> _WHAT YOU SHOULD DO_: Return verbatim all lines from the first one in the records to the line with "f 302 301 305", both ends kept.

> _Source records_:
=======

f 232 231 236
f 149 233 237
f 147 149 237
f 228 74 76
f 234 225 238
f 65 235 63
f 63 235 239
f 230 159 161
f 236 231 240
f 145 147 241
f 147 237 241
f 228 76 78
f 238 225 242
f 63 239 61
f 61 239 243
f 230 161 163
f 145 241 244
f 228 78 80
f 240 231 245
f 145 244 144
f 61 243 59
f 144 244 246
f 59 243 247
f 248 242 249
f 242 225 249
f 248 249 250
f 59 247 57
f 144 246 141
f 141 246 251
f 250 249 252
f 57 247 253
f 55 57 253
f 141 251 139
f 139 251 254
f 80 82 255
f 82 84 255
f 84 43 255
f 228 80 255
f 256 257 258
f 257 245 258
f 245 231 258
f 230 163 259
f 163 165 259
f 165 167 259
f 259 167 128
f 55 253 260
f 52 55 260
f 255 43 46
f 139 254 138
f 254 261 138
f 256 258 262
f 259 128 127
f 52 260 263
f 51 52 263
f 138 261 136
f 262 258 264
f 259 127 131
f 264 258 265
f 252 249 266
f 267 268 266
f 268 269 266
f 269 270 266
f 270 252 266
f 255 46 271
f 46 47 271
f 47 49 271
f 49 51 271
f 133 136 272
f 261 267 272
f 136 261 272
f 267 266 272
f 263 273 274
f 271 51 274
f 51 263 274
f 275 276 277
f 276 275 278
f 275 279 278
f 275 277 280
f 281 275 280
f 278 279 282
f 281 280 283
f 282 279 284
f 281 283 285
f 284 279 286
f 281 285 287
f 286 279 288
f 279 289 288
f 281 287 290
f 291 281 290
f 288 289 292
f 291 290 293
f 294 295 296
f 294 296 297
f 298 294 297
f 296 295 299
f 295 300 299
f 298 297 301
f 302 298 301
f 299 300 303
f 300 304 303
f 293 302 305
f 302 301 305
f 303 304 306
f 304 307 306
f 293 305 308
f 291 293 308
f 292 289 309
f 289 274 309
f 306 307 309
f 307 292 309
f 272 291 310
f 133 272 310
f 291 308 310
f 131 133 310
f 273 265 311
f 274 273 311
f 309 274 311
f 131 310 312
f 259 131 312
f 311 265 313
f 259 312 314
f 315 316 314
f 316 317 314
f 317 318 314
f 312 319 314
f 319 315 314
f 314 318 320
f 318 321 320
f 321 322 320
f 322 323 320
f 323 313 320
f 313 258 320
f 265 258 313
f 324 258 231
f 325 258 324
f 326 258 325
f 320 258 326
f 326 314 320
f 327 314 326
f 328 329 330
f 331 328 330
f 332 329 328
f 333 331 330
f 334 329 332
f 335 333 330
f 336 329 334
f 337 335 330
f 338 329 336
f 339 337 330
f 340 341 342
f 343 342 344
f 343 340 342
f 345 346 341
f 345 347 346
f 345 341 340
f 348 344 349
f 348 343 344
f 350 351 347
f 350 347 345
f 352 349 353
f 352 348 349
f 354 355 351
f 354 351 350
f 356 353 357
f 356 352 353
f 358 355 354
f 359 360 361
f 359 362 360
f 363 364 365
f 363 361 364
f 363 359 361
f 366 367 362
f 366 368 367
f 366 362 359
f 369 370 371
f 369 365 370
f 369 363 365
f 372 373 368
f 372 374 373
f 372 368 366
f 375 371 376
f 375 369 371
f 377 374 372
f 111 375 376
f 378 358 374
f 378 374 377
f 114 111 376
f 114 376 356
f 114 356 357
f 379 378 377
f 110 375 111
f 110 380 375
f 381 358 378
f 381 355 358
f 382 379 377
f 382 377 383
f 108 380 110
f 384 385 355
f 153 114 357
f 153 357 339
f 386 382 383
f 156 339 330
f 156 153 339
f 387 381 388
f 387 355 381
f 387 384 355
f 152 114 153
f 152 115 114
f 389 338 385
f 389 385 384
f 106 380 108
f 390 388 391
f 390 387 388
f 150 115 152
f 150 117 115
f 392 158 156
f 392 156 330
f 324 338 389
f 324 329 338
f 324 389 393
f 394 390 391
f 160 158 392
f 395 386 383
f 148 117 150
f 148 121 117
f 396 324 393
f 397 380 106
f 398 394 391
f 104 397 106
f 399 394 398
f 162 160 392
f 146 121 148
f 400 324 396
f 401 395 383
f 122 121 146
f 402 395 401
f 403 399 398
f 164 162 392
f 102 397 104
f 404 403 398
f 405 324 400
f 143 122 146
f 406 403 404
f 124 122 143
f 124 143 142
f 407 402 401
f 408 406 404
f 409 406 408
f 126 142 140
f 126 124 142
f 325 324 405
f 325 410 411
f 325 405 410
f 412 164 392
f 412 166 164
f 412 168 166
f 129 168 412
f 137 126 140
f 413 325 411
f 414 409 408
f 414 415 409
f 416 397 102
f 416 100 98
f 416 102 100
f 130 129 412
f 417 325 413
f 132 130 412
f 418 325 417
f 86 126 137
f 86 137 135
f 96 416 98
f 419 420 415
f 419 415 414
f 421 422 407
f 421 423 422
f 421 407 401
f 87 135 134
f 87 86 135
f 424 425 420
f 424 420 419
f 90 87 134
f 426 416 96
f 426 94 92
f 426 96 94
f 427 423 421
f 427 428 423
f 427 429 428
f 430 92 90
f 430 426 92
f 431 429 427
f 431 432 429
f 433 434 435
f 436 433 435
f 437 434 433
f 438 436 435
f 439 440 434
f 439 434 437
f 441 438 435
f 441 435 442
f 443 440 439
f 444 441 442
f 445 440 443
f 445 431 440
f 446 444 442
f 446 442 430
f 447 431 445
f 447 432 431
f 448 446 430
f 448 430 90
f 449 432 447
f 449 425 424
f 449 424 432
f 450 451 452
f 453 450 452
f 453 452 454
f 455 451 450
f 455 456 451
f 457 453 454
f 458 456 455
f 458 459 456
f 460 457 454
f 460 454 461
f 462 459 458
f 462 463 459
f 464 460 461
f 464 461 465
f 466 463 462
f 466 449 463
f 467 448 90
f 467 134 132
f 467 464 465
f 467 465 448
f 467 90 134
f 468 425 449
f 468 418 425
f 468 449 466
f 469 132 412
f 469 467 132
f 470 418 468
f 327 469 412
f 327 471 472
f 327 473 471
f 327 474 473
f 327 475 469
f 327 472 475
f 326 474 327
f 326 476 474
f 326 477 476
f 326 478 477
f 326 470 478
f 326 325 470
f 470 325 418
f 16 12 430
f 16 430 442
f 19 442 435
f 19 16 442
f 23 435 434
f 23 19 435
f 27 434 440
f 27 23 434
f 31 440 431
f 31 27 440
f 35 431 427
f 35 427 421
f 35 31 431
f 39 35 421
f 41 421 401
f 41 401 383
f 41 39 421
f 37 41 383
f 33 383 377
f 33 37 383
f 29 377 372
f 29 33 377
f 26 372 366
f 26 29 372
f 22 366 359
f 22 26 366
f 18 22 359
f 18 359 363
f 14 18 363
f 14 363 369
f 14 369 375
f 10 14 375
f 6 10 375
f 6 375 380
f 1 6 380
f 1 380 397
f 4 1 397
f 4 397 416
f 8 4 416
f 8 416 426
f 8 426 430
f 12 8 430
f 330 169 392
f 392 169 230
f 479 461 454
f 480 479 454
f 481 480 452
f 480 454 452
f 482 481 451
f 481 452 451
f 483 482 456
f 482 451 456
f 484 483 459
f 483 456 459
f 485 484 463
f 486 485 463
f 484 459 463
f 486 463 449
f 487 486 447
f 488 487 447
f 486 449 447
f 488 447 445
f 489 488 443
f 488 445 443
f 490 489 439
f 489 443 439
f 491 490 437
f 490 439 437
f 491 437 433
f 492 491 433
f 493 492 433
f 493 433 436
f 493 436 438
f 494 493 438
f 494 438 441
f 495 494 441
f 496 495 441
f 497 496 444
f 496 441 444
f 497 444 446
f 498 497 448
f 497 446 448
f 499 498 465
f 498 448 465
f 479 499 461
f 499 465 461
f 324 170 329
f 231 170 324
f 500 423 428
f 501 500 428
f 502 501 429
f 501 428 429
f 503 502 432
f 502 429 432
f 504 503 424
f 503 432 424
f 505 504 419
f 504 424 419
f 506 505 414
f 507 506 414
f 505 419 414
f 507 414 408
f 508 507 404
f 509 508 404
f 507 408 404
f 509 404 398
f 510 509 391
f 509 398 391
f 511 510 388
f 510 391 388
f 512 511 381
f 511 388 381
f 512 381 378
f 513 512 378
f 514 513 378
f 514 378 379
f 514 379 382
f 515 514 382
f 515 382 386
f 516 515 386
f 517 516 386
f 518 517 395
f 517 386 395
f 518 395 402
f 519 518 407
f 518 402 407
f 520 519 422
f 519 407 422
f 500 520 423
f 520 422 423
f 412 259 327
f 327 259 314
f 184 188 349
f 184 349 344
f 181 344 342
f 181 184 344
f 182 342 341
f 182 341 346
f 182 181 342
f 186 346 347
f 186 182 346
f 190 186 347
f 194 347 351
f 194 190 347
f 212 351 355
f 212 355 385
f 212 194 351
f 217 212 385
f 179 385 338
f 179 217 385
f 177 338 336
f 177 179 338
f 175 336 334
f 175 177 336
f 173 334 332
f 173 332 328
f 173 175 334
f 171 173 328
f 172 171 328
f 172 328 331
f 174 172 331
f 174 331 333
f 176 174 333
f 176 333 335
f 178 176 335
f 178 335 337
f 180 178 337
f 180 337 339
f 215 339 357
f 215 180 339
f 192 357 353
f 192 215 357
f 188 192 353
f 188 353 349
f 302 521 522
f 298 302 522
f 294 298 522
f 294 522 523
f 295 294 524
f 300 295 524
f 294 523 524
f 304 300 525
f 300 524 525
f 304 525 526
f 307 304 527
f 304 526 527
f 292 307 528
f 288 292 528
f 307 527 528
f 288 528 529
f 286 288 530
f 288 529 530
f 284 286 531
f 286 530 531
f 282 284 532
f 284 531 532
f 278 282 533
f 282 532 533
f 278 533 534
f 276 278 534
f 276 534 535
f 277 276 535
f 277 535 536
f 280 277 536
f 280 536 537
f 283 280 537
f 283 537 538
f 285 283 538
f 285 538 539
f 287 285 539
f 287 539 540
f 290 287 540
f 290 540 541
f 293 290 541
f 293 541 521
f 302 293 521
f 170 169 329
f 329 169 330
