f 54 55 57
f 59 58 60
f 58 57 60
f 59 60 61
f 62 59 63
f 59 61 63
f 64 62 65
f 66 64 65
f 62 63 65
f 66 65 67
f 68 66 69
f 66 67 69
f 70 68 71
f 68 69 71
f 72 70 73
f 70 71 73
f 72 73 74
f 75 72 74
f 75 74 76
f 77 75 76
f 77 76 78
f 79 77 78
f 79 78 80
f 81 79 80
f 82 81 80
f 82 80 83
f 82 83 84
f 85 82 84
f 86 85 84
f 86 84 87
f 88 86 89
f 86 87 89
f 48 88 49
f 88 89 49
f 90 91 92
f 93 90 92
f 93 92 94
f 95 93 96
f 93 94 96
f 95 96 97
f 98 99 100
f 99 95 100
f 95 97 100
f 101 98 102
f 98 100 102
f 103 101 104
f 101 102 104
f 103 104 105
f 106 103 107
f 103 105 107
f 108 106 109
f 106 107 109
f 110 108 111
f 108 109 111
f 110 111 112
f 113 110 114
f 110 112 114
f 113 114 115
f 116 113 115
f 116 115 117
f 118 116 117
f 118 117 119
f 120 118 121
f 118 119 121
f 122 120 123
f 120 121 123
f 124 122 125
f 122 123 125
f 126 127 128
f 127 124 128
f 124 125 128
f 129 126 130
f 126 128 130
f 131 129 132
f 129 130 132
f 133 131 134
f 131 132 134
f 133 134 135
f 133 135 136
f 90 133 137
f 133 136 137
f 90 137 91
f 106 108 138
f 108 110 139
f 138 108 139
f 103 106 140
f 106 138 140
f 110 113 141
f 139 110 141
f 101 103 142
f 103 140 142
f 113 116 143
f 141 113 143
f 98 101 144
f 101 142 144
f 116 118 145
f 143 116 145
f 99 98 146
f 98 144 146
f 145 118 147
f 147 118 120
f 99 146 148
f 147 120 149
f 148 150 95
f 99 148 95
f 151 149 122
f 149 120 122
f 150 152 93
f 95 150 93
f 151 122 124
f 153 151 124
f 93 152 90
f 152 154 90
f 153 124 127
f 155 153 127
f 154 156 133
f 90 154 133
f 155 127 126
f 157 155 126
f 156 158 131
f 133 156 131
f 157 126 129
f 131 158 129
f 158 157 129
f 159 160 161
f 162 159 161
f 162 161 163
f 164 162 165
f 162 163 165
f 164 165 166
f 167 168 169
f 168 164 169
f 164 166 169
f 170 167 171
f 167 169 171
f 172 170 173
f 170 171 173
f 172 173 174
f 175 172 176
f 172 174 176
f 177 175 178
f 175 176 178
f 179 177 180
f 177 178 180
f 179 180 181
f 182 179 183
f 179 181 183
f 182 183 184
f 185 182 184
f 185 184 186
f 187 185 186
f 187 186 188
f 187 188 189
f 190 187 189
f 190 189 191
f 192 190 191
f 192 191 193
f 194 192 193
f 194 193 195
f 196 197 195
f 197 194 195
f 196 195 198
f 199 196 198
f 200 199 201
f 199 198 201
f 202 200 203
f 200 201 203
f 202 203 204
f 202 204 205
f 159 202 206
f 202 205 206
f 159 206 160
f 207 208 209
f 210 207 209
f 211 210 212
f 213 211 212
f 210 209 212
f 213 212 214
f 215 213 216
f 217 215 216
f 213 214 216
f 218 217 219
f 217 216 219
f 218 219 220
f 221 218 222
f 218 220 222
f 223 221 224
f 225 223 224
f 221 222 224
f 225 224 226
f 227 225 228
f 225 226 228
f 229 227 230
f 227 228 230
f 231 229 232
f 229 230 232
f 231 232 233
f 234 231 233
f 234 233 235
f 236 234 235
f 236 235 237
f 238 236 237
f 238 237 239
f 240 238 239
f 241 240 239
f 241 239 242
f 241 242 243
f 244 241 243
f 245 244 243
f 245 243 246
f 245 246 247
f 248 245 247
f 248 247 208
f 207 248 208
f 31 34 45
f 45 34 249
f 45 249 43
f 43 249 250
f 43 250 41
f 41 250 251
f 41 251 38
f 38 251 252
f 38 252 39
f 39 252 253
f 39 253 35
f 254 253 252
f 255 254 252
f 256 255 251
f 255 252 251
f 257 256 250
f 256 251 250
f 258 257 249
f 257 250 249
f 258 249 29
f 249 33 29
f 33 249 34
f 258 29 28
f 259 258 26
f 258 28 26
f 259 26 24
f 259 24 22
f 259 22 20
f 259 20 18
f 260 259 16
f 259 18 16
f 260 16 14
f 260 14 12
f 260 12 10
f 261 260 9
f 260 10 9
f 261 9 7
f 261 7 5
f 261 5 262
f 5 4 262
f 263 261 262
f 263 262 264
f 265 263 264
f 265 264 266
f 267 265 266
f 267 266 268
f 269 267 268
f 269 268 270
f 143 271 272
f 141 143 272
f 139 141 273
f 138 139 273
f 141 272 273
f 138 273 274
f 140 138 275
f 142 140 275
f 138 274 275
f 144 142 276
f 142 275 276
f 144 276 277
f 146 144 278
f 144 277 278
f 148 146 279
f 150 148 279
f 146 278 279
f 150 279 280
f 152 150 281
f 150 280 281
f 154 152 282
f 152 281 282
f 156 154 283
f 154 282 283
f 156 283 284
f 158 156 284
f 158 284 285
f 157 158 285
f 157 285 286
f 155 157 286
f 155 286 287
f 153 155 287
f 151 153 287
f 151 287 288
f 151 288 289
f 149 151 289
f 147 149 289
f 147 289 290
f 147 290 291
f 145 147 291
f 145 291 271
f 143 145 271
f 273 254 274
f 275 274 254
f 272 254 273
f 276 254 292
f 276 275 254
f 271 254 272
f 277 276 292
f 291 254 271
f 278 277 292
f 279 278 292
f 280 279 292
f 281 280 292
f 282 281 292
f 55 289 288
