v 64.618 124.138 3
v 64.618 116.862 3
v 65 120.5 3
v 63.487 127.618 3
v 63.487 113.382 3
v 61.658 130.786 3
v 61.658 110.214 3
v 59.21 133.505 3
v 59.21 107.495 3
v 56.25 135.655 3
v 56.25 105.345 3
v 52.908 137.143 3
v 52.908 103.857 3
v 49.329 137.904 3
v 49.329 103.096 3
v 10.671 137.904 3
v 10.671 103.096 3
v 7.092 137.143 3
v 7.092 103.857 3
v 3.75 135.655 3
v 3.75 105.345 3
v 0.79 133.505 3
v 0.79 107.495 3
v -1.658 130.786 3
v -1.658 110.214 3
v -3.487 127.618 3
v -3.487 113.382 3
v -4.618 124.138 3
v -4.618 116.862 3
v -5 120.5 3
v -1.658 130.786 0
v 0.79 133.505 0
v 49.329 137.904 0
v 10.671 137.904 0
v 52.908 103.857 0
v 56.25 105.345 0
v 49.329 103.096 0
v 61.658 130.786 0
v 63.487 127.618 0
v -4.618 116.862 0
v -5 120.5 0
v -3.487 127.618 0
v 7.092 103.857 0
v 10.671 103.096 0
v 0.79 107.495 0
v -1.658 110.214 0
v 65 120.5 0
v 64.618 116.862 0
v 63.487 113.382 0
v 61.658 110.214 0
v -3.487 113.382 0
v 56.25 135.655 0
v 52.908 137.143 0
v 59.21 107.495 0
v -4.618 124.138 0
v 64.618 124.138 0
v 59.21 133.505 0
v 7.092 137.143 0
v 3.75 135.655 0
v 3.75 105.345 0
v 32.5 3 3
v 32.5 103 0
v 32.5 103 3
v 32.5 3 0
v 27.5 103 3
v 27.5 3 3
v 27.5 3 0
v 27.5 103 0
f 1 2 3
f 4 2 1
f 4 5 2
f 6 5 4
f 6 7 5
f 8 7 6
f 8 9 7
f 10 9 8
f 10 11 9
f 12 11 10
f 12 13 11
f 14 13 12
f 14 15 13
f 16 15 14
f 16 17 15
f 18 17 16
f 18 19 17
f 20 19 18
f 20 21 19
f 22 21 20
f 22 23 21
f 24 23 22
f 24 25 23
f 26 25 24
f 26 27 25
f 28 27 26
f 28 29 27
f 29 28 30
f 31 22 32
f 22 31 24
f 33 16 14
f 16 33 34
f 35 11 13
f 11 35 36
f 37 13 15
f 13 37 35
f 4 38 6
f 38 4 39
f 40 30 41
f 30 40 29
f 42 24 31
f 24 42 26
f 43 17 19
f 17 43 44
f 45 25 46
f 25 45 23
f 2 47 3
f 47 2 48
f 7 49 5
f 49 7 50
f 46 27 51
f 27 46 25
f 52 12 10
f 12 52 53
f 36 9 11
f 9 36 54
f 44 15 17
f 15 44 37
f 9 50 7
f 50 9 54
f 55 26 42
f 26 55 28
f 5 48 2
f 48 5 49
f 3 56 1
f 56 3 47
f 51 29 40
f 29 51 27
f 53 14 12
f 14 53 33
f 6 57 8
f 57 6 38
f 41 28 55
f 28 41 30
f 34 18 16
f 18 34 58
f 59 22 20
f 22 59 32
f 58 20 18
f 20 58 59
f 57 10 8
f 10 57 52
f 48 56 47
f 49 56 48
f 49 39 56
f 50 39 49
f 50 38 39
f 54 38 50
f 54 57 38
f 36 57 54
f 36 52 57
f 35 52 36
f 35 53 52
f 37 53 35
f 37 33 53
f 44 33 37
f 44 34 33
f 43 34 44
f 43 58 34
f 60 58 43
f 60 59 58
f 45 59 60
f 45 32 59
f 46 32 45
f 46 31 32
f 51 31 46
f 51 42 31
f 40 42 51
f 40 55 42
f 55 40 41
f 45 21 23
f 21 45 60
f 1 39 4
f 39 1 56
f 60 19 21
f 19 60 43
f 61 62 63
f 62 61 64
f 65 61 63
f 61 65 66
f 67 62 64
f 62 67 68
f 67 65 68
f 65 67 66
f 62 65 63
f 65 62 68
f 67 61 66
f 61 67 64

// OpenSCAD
//Customizeable Garden Signs

//Approximite Size For Each Letter
Size = 10;

//Text
Text = "LETTUCE";

//Letters In The Text
Letters = 7;

//Thickness
Thickness = 3;

//Center (Distance That The Base Will Go To The Left)
Centerx = -5;

//Center (Distance That The Base Will Go Up)
Centery = 3;

//Stake Width
Width = 5;

//Stake Length
Length = 100;


//Base(Green)
translate([0,Length,0]){
    difference(){
        translate([(Letters*Size)/4+Centerx,(Letters*Size)/4+Centery,0]){
            hull(){
                cylinder(Thickness,(Letters*Size)/4,(Letters*Size)/4);
                translate([(Letters*Size)/2,0,0]){
                    cylinder(Thickness,(Letters*Size)/4,(Letters*Size)/4);
                }
            }
        }
        //Letters(White)
        color("Gold"){
            translate([0,(Letters*Size)/4,0]){
                translate([0,0,Thickness]){
                    text(Text, Size, "Liberation Serif");
                }
            }
        }
    }
}

//Stake(Grey)
color("SlateGray"){
    translate([Centerx,Centery,0]){
        translate([(Letters*Size)/2-Width/2,0,0]){
            cube([Width,Length,Thickness]);
        }
    }
}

=======

> _FINAL ANSWER_:
f 232 231 236
f 149 233 237
f 147 149 237
f 228 74 76
f 234 225 238
f 65 235 63
f 63 235 239
f 230 159 161
f 236 231 240
f 145 147 241
f 147 237 241
f 228 76 78
f 238 225 242
f 63 239 61
f 61 239 243
f 230 161 163
f 145 241 244
f 228 78 80
f 240 231 245
f 145 244 144
f 61 243 59
f 144 244 246
f 59 243 247
f 248 242 249
f 242 225 249
f 248 249 250
f 59 247 57
f 144 246 141
f 141 246 251
f 250 249 252
f 57 247 253
f 55 57 253
f 141 251 139
f 139 251 254
f 80 82 255
f 82 84 255
f 84 43 255
f 228 80 255
f 256 257 258
f 257 245 258
f 245 231 258
f 230 163 259
f 163 165 259
f 165 167 259
f 259 167 128
f 55 253 260
f 52 55 260
f 255 43 46
f 139 254 138
f 254 261 138
f 256 258 262
f 259 128 127
f 52 260 263
f 51 52 263
f 138 261 136
f 262 258 264
f 259 127 131
f 264 258 265
f 252 249 266
f 267 268 266
f 268 269 266
f 269 270 266
f 270 252 266
f 255 46 271
f 46 47 271
f 47 49 271
f 49 51 271
f 133 136 272
f 261 267 272
f 136 261 272
f 267 266 272
f 263 273 274
f 271 51 274
f 51 263 274
f 275 276 277
f 276 275 278
f 275 279 278
f 275 277 280
f 281 275 280
f 278 279 282
f 281 280 283
f 282 279 284
f 281 283 285
f 284 279 286
f 281 285 287
f 286 279 288
f 279 289 288
f 281 287 290
f 291 281 290
f 288 289 292
f 291 290 293
f 294 295 296
f 294 296 297
f 298 294 297
f 296 295 299
f 295 300 299
f 298 297 301
f 302 298 301
f 299 300 303
f 300 304 303
f 293 302 305
f 302 301 305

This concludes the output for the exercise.